══ Data extract ══

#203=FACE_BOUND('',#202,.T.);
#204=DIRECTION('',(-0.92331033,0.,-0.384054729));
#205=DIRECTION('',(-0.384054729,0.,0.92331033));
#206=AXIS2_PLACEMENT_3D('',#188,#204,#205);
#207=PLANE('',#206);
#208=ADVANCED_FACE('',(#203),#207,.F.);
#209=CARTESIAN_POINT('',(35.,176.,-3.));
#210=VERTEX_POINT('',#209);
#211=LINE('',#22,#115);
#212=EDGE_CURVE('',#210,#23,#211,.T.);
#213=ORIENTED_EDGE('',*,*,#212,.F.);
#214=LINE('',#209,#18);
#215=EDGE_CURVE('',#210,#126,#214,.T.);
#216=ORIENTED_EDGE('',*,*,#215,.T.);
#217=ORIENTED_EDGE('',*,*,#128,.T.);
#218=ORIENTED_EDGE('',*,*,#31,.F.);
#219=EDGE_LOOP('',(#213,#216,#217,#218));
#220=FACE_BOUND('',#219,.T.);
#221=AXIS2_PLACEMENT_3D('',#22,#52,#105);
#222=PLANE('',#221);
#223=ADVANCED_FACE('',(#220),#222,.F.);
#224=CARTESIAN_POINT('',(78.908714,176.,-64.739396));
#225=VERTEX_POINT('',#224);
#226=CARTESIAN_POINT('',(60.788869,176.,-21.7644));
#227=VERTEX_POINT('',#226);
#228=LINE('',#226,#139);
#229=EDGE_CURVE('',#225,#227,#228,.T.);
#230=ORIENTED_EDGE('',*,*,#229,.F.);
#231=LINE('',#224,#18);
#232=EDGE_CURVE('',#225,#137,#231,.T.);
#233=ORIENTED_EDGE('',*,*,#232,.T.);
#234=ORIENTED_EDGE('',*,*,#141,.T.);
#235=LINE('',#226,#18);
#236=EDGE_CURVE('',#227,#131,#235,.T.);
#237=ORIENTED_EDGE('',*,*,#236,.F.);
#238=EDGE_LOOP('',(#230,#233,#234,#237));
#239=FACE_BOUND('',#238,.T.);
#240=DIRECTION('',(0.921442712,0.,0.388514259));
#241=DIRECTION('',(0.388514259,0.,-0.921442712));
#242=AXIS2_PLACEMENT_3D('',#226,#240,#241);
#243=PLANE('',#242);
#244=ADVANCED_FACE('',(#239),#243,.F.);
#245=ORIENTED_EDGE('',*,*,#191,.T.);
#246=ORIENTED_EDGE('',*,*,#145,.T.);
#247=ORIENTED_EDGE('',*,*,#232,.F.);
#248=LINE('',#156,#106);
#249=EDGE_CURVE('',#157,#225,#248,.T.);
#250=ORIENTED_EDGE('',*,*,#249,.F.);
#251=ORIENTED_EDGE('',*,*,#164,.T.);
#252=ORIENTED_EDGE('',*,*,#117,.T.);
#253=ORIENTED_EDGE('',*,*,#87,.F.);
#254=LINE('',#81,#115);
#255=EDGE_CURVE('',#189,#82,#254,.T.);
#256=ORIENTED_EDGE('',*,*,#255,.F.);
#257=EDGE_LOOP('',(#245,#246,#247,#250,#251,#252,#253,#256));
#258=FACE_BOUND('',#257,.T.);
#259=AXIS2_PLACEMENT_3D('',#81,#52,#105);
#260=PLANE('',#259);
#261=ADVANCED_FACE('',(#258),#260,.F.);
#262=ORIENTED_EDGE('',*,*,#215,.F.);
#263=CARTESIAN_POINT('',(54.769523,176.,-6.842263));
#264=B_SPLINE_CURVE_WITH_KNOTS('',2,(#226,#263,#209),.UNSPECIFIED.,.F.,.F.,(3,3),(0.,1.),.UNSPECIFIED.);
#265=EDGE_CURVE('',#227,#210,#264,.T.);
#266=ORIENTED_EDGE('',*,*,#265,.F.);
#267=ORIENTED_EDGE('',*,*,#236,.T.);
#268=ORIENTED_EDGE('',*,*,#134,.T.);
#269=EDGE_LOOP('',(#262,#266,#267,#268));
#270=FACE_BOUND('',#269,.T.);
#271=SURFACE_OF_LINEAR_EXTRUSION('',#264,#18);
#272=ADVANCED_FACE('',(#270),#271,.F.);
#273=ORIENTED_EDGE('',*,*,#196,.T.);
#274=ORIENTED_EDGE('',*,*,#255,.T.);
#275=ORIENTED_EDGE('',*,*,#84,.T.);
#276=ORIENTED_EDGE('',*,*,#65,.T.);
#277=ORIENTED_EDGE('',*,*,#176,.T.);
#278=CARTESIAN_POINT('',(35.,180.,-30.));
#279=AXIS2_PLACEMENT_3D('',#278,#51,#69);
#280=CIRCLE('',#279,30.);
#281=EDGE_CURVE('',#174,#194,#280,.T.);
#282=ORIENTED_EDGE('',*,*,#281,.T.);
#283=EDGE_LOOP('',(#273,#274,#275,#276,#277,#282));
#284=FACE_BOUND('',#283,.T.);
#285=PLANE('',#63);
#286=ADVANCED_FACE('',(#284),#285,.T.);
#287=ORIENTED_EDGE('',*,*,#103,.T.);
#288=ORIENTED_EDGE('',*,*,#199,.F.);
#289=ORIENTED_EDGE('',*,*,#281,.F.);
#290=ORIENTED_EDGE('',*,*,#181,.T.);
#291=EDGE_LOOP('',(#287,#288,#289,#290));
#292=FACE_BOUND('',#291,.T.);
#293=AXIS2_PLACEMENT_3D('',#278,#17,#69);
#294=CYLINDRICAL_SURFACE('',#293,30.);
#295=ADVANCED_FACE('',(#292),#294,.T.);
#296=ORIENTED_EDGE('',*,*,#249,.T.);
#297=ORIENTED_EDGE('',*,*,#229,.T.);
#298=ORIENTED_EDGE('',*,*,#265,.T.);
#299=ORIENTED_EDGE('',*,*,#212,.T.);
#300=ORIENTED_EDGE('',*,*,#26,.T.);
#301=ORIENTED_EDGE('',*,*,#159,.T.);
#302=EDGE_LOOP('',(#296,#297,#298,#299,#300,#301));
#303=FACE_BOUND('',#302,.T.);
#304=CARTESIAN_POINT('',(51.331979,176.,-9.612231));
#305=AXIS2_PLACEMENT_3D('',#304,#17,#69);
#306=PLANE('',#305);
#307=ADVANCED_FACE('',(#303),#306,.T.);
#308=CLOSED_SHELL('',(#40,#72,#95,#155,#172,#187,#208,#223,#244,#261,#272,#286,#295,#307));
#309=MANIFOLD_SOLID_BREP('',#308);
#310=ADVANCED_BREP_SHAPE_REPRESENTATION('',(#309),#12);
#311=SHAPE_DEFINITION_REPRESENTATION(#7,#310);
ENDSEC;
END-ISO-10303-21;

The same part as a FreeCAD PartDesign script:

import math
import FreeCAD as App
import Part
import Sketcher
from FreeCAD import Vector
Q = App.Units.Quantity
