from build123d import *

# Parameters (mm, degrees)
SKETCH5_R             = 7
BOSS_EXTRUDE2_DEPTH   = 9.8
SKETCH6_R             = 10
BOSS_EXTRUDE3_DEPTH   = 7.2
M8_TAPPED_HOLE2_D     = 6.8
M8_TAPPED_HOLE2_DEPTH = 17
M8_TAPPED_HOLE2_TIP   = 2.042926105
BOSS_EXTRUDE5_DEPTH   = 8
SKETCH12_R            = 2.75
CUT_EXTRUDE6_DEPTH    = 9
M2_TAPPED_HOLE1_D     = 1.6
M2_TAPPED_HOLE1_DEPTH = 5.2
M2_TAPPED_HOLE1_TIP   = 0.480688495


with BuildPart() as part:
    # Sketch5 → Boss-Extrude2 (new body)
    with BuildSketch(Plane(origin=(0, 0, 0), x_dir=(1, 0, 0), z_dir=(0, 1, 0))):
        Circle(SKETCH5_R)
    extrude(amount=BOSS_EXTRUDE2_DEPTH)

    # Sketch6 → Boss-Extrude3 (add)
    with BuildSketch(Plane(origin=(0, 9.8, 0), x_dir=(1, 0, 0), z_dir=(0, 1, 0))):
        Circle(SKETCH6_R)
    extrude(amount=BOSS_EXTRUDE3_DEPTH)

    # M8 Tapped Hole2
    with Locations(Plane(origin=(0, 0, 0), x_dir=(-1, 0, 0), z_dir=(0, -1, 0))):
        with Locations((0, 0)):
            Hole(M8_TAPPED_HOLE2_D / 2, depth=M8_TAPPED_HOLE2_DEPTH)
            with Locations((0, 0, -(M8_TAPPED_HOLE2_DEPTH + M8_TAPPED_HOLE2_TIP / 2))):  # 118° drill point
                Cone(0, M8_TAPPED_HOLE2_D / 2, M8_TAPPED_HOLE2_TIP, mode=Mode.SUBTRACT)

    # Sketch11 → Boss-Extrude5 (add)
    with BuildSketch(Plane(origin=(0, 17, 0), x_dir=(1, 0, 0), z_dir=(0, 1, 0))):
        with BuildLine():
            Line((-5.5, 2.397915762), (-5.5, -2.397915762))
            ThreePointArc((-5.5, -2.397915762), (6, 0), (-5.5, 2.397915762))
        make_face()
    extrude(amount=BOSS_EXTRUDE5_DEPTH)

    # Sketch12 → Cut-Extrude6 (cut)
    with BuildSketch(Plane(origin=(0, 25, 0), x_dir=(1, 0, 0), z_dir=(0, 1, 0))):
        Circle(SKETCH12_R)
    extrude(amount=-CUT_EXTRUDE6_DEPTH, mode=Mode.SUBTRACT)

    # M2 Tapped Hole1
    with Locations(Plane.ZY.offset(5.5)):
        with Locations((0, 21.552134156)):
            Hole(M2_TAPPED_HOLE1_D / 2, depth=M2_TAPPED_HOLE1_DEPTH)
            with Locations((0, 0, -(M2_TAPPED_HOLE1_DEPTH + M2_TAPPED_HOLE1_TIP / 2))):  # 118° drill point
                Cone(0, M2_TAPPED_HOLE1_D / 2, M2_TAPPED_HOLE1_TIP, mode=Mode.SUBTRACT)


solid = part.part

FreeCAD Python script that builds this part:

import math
import FreeCAD as App
import Part
import Sketcher

V = App.Vector
Q = App.Units.Quantity

doc = App.newDocument("Part")
body = doc.addObject("PartDesign::Body", "Body")

sketch1 = doc.addObject("Sketcher::SketchObject", "Sketch")
body.addObject(sketch1)
sketch1.AttachmentSupport = (doc.XZ_Plane, [""])
sketch1.MapMode = "FlatFace"
sketch1.addGeometry(Part.Circle(V(0, 0, 0), V(0, 0, 1), 7), False)
sketch1.addConstraint(Sketcher.Constraint("Coincident", 0, 3, -1, 1))
sketch1.addConstraint(Sketcher.Constraint("Diameter", 0, Q("14 mm")))
pad1 = doc.addObject("PartDesign::Pad", "Pad")
body.addObject(pad1)
pad1.Profile = sketch1
pad1.Length = 9.8
pad1.Reversed = True

sketch2 = doc.addObject("Sketcher::SketchObject", "Sketch001")
body.addObject(sketch2)
sketch2.AttachmentSupport = (doc.XZ_Plane, [""])
sketch2.MapMode = "FlatFace"
sketch2.AttachmentOffset = App.Placement(V(0, 0, -9.8), App.Rotation())
sketch2.addGeometry(Part.Circle(V(0, 0, 0), V(0, 0, 1), 10), False)
sketch2.addConstraint(Sketcher.Constraint("Coincident", 0, 3, -1, 1))
sketch2.addConstraint(Sketcher.Constraint("Diameter", 0, Q("20 mm")))
pad2 = doc.addObject("PartDesign::Pad", "Pad001")
body.addObject(pad2)
pad2.Profile = sketch2
pad2.Length = 7.2
pad2.Reversed = True

sketch3 = doc.addObject("Sketcher::SketchObject", "Sketch002")
body.addObject(sketch3)
sketch3.AttachmentSupport = (doc.XZ_Plane, [""])
sketch3.MapMode = "FlatFace"
sketch3.addGeometry(Part.Circle(V(0, 0, 0), V(0, 0, 1), 3.4), False)
sketch3.addConstraint(Sketcher.Constraint("Coincident", 0, 3, -1, 1))
sketch3.addConstraint(Sketcher.Constraint("Diameter", 0, Q("6.8 mm")))
doc.recompute()
hole = doc.addObject("PartDesign::Hole", "Hole")
body.addObject(hole)
hole.Profile = sketch3
hole.ThreadType = "None"
hole.Diameter = 6.8
hole.DepthType = "Dimension"
hole.Depth = 17
hole.DrillPoint = "Angled"
hole.DrillPointAngle = 118

sketch4 = doc.addObject("Sketcher::SketchObject", "Sketch003")
body.addObject(sketch4)
sketch4.AttachmentSupport = (doc.XZ_Plane, [""])
sketch4.MapMode = "FlatFace"
sketch4.AttachmentOffset = App.Placement(V(0, 0, -17), App.Rotation())
sketch4.addGeometry(Part.LineSegment(V(-5.5, -2.4, 0), V(-5.5, 2.4, 0)), False)
sketch4.addGeometry(Part.ArcOfCircle(Part.Circle(V(0, 0, 0), V(0, 0, 1), 6), math.radians(-156), math.radians(156)), False)
sketch4.addConstraint(Sketcher.Constraint("Coincident", 0, 1, 1, 1))
sketch4.addConstraint(Sketcher.Constraint("Coincident", 1, 2, 0, 2))
sketch4.addConstraint(Sketcher.Constraint("Vertical", 0))
sketch4.addConstraint(Sketcher.Constraint("Coincident", 1, 3, -1, 1))
sketch4.addConstraint(Sketcher.Constraint("Radius", 1, Q("6 mm")))
sketch4.addConstraint(Sketcher.Constraint("DistanceX", 0, 1, -1, 1, Q("5.5 mm")))
pad3 = doc.addObject("PartDesign::Pad", "Pad002")
body.addObject(pad3)
pad3.Profile = sketch4
pad3.Length = 8
pad3.Reversed = True

sketch5 = doc.addObject("Sketcher::SketchObject", "Sketch004")
body.addObject(sketch5)
sketch5.AttachmentSupport = (doc.XZ_Plane, [""])
sketch5.MapMode = "FlatFace"
sketch5.AttachmentOffset = App.Placement(V(0, 0, -25), App.Rotation())
sketch5.addGeometry(Part.Circle(V(0, 0, 0), V(0, 0, 1), 2.8), False)
sketch5.addConstraint(Sketcher.Constraint("Coincident", 0, 3, -1, 1))
sketch5.addConstraint(Sketcher.Constraint("Diameter", 0, Q("5.5 mm")))
pocket1 = doc.addObject("PartDesign::Pocket", "Pocket")
body.addObject(pocket1)
pocket1.Profile = sketch5
pocket1.Length = 9
pocket1.Reversed = True

sketch6 = doc.addObject("Sketcher::SketchObject", "Sketch005")
body.addObject(sketch6)
sketch6.AttachmentSupport = (doc.YZ_Plane, [""])
sketch6.MapMode = "FlatFace"
sketch6.AttachmentOffset = App.Placement(V(0, 0, -5.5), App.Rotation())
sketch6.addGeometry(Part.Circle(V(21.6, 0, 0), V(0, 0, 1), 0.8), False)
sketch6.addConstraint(Sketcher.Constraint("PointOnObject", 0, 3, -1))
sketch6.addConstraint(Sketcher.Constraint("Diameter", 0, Q("1.6 mm")))
sketch6.addConstraint(Sketcher.Constraint("DistanceX", -1, 1, 0, 3, Q("21.552134 mm")))
doc.recompute()
hole2 = doc.addObject("PartDesign::Hole", "Hole001")
body.addObject(hole2)
hole2.Profile = sketch6
hole2.ThreadType = "None"
hole2.Diameter = 1.6
hole2.DepthType = "Dimension"
hole2.Depth = 5.2
hole2.DrillPoint = "Angled"
hole2.DrillPointAngle = 118
hole2.Reversed = True

doc.recompute()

═══

**Work item**
Pull every line containing "Locations" out of the entries.

**Your response**
    with Locations(Plane(origin=(0, 0, 0), x_dir=(-1, 0, 0), z_dir=(0, -1, 0))):
        with Locations((0, 0)):
            with Locations((0, 0, -(M8_TAPPED_HOLE2_DEPTH + M8_TAPPED_HOLE2_TIP / 2))):  # 118° drill point
    with Locations(Plane.ZY.offset(5.5)):
        with Locations((0, 21.552134156)):
            with Locations((0, 0, -(M2_TAPPED_HOLE1_DEPTH + M2_TAPPED_HOLE1_TIP / 2))):  # 118° drill point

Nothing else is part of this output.